Concept — background and overview.
How to determine who is an internal contact
Affinity will hide communications amongst internal contacts due to potentially sensitive information such as salary discussions, one-on-one meetings, performance reviews, and more. There are three reasons why a person is considered an internal contact:
- Internal Contact - All registered users in your team Affinity account (as shown in Settings > Users and Permissions).
- Inferred Internal Contact - People who are not registered users in your team Affinity account, but have email domains that match the registered email domain of the respective Affinity account that they are in. They will be treated just like internal contacts from a privacy perspective.
- If your Affinity account is companyxyz*.affinity.co* and the registered email domain for this account is “@companyxyz.com”, then all team members who aren’t Affinity users (but have email addresses that contain “@companyxyz.com”) will be considered inferred internal contacts.

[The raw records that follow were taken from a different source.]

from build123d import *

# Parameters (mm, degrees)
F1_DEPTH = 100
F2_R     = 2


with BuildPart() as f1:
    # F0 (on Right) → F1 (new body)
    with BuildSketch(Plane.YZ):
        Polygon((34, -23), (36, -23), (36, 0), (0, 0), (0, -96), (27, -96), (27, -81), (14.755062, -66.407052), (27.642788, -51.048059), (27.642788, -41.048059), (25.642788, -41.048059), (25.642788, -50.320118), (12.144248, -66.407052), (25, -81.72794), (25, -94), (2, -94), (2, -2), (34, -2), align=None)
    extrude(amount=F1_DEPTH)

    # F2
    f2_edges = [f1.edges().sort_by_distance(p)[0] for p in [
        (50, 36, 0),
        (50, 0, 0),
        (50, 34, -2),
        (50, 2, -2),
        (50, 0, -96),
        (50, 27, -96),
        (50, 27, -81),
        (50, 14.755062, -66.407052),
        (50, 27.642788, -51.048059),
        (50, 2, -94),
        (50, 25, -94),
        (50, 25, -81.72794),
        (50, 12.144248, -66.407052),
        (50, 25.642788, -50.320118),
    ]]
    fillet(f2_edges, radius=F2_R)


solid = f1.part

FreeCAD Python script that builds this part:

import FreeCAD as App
import Part
import Sketcher

V = App.Vector
Q = App.Units.Quantity


def edges_at(feature, points):
    """Names of the edges that pass closest to the given points."""
    edges = feature.Shape.Edges
    near = lambda p: min(range(len(edges)), key=lambda i: edges[i].distToShape(Part.Vertex(*p))[0])
    return sorted({f"Edge{near(p) + 1}" for p in points})

doc = App.newDocument("Part")
body = doc.addObject("PartDesign::Body", "Body")

sketch1 = doc.addObject("Sketcher::SketchObject", "Sketch")
body.addObject(sketch1)
sketch1.AttachmentSupport = (doc.YZ_Plane, [""])
sketch1.MapMode = "FlatFace"
sketch1.addGeometry(Part.LineSegment(V(34, -23, 0), V(36, -23, 0)), False)
sketch1.addGeometry(Part.LineSegment(V(36, -23, 0), V(36, 0, 0)), False)
sketch1.addGeometry(Part.LineSegment(V(36, 0, 0), V(0, 0, 0)), False)
sketch1.addGeometry(Part.LineSegment(V(0, 0, 0), V(0, -96, 0)), False)
sketch1.addGeometry(Part.LineSegment(V(0, -96, 0), V(27, -96, 0)), False)
sketch1.addGeometry(Part.LineSegment(V(27, -96, 0), V(27, -81, 0)), False)
sketch1.addGeometry(Part.LineSegment(V(27, -81, 0), V(14.755062, -66.407052, 0)), False)
sketch1.addGeometry(Part.LineSegment(V(14.755062, -66.407052, 0), V(27.642788, -51.048059, 0)), False)
sketch1.addGeometry(Part.LineSegment(V(27.642788, -51.048059, 0), V(27.642788, -41.048059, 0)), False)
sketch1.addGeometry(Part.LineSegment(V(27.642788, -41.048059, 0), V(25.642788, -41.048059, 0)), False)
sketch1.addGeometry(Part.LineSegment(V(25.642788, -41.048059, 0), V(25.642788, -50.320118, 0)), False)
sketch1.addGeometry(Part.LineSegment(V(25.642788, -50.320118, 0), V(12.144248, -66.407052, 0)), False)
sketch1.addGeometry(Part.LineSegment(V(12.144248, -66.407052, 0), V(25, -81.72794, 0)), False)
sketch1.addGeometry(Part.LineSegment(V(25, -81.72794, 0), V(25, -94, 0)), False)
sketch1.addGeometry(Part.LineSegment(V(25, -94, 0), V(2, -94, 0)), False)
sketch1.addGeometry(Part.LineSegment(V(2, -94, 0), V(2, -2, 0)), False)
sketch1.addGeometry(Part.LineSegment(V(2, -2, 0), V(34, -2, 0)), False)
sketch1.addGeometry(Part.LineSegment(V(34, -2, 0), V(34, -23, 0)), False)
sketch1.addConstraint(Sketcher.Constraint("Coincident", 0, 2, 1, 1))
sketch1.addConstraint(Sketcher.Constraint("Coincident", 1, 2, 2, 1))
sketch1.addConstraint(Sketcher.Constraint("Coincident", 2, 2, 3, 1))
sketch1.addConstraint(Sketcher.Constraint("Coincident", 3, 2, 4, 1))
sketch1.addConstraint(Sketcher.Constraint("Coincident", 4, 2, 5, 1))
sketch1.addConstraint(Sketcher.Constraint("Coincident", 5, 2, 6, 1))
sketch1.addConstraint(Sketcher.Constraint("Coincident", 6, 2, 7, 1))
sketch1.addConstraint(Sketcher.Constraint("Coincident", 7, 2, 8, 1))
sketch1.addConstraint(Sketcher.Constraint("Coincident", 8, 2, 9, 1))
sketch1.addConstraint(Sketcher.Constraint("Coincident", 9, 2, 10, 1))
sketch1.addConstraint(Sketcher.Constraint("Coincident", 10, 2, 11, 1))
sketch1.addConstraint(Sketcher.Constraint("Coincident", 11, 2, 12, 1))
sketch1.addConstraint(Sketcher.Constraint("Coincident", 12, 2, 13, 1))
sketch1.addConstraint(Sketcher.Constraint("Coincident", 13, 2, 14, 1))
sketch1.addConstraint(Sketcher.Constraint("Coincident", 14, 2, 15, 1))
sketch1.addConstraint(Sketcher.Constraint("Coincident", 15, 2, 16, 1))
sketch1.addConstraint(Sketcher.Constraint("Coincident", 16, 2, 17, 1))
sketch1.addConstraint(Sketcher.Constraint("Coincident", 17, 2, 0, 1))
sketch1.addConstraint(Sketcher.Constraint("Horizontal", 0))
sketch1.addConstraint(Sketcher.Constraint("Vertical", 1))
sketch1.addConstraint(Sketcher.Constraint("Horizontal", 2))
sketch1.addConstraint(Sketcher.Constraint("Vertical", 3))
sketch1.addConstraint(Sketcher.Constraint("Horizontal", 4))
sketch1.addConstraint(Sketcher.Constraint("Vertical", 5))
sketch1.addConstraint(Sketcher.Constraint("Vertical", 8))
sketch1.addConstraint(Sketcher.Constraint("Horizontal", 9))
sketch1.addConstraint(Sketcher.Constraint("Vertical", 10))
sketch1.addConstraint(Sketcher.Constraint("Vertical", 13))
sketch1.addConstraint(Sketcher.Constraint("Horizontal", 14))
sketch1.addConstraint(Sketcher.Constraint("Vertical", 15))
sketch1.addConstraint(Sketcher.Constraint("Horizontal", 16))
sketch1.addConstraint(Sketcher.Constraint("Vertical", 17))
sketch1.addConstraint(Sketcher.Constraint("Coincident", 2, 2, -1, 1))
sketch1.addConstraint(Sketcher.Constraint("Parallel", 7, 11))
sketch1.addConstraint(Sketcher.Constraint("Parallel", 6, 12))
sketch1.addConstraint(Sketcher.Constraint("Horizontal", 6, 2, 11, 2))
sketch1.addConstraint(Sketcher.Constraint("Equal", 0, 9))
sketch1.addConstraint(Sketcher.Constraint("Equal", 14, 1))
sketch1.addConstraint(Sketcher.Constraint("DistanceX", 0, 1, 0, 2, 2.0))
sketch1.addConstraint(Sketcher.Constraint("DistanceX", 2, 2, 2, 1, 36.0))
sketch1.addConstraint(Sketcher.Constraint("DistanceX", 4, 1, 4, 2, 27.0))
sketch1.addConstraint(Sketcher.Constraint("DistanceX", 14, 2, 14, 1, 23.0))
sketch1.addConstraint(Sketcher.Constraint("DistanceX", 16, 1, 16, 2, 32.0))
sketch1.addConstraint(Sketcher.Constraint("DistanceY", 3, 2, 3, 1, 96.0))
sketch1.addConstraint(Sketcher.Constraint("DistanceY", 5, 1, 5, 2, 15.0))
sketch1.addConstraint(Sketcher.Constraint("DistanceY", 8, 1, 8, 2, 10.0))
sketch1.addConstraint(Sketcher.Constraint("DistanceY", 15, 1, 15, 2, 92.0))
sketch1.addConstraint(Sketcher.Constraint("DistanceY", 17, 2, 17, 1, 21.0))
sketch1.addConstraint(Sketcher.Constraint("Angle", 6, Q("130.000002 deg")))
sketch1.addConstraint(Sketcher.Constraint("Angle", 7, Q("49.999999 deg")))
sketch1.addConstraint(Sketcher.Constraint("Distance", 11, 21.000001))
sketch1.addConstraint(Sketcher.Constraint("Distance", 12, 19.999999))
sketch1.addConstraint(Sketcher.Constraint("DistanceY", 10, 2, 10, 1, 9.272059))
pad1 = doc.addObject("PartDesign::Pad", "Pad")
body.addObject(pad1)
pad1.Profile = sketch1
pad1.Length = 100
doc.recompute()

fillet = doc.addObject("PartDesign::Fillet", "Fillet")
body.addObject(fillet)
fillet.Base = (pad1, edges_at(pad1, [
    (50, 36, 0),
    (50, 0, 0),
    (50, 34, -2),
    (50, 2, -2),
    (50, 0, -96),
    (50, 27, -96),
    (50, 27, -81),
    (50, 14.755, -66.407),
    (50, 27.643, -51.048),
    (50, 2, -94),
    (50, 25, -94),
    (50, 25, -81.728),
    (50, 12.144, -66.407),
    (50, 25.643, -50.32),
]))
fillet.Radius = 2

doc.recompute()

- As previously mentioned, you will not be able to see the email/calendar interactions that anyone has had with the internal/inferred internal contact when viewing their profile page.

How to determine who is an external contact
There are two ways to know whether a contact is considered an external contact:- Verify whether any of their email addresses have email domains that do not match the registered email domain(s) of the team Affinity account that you are in.
- You will be able to see the email/calendar interactions that you and your team members have with that external contact.

- You will be able to delete external contact’s profile pages.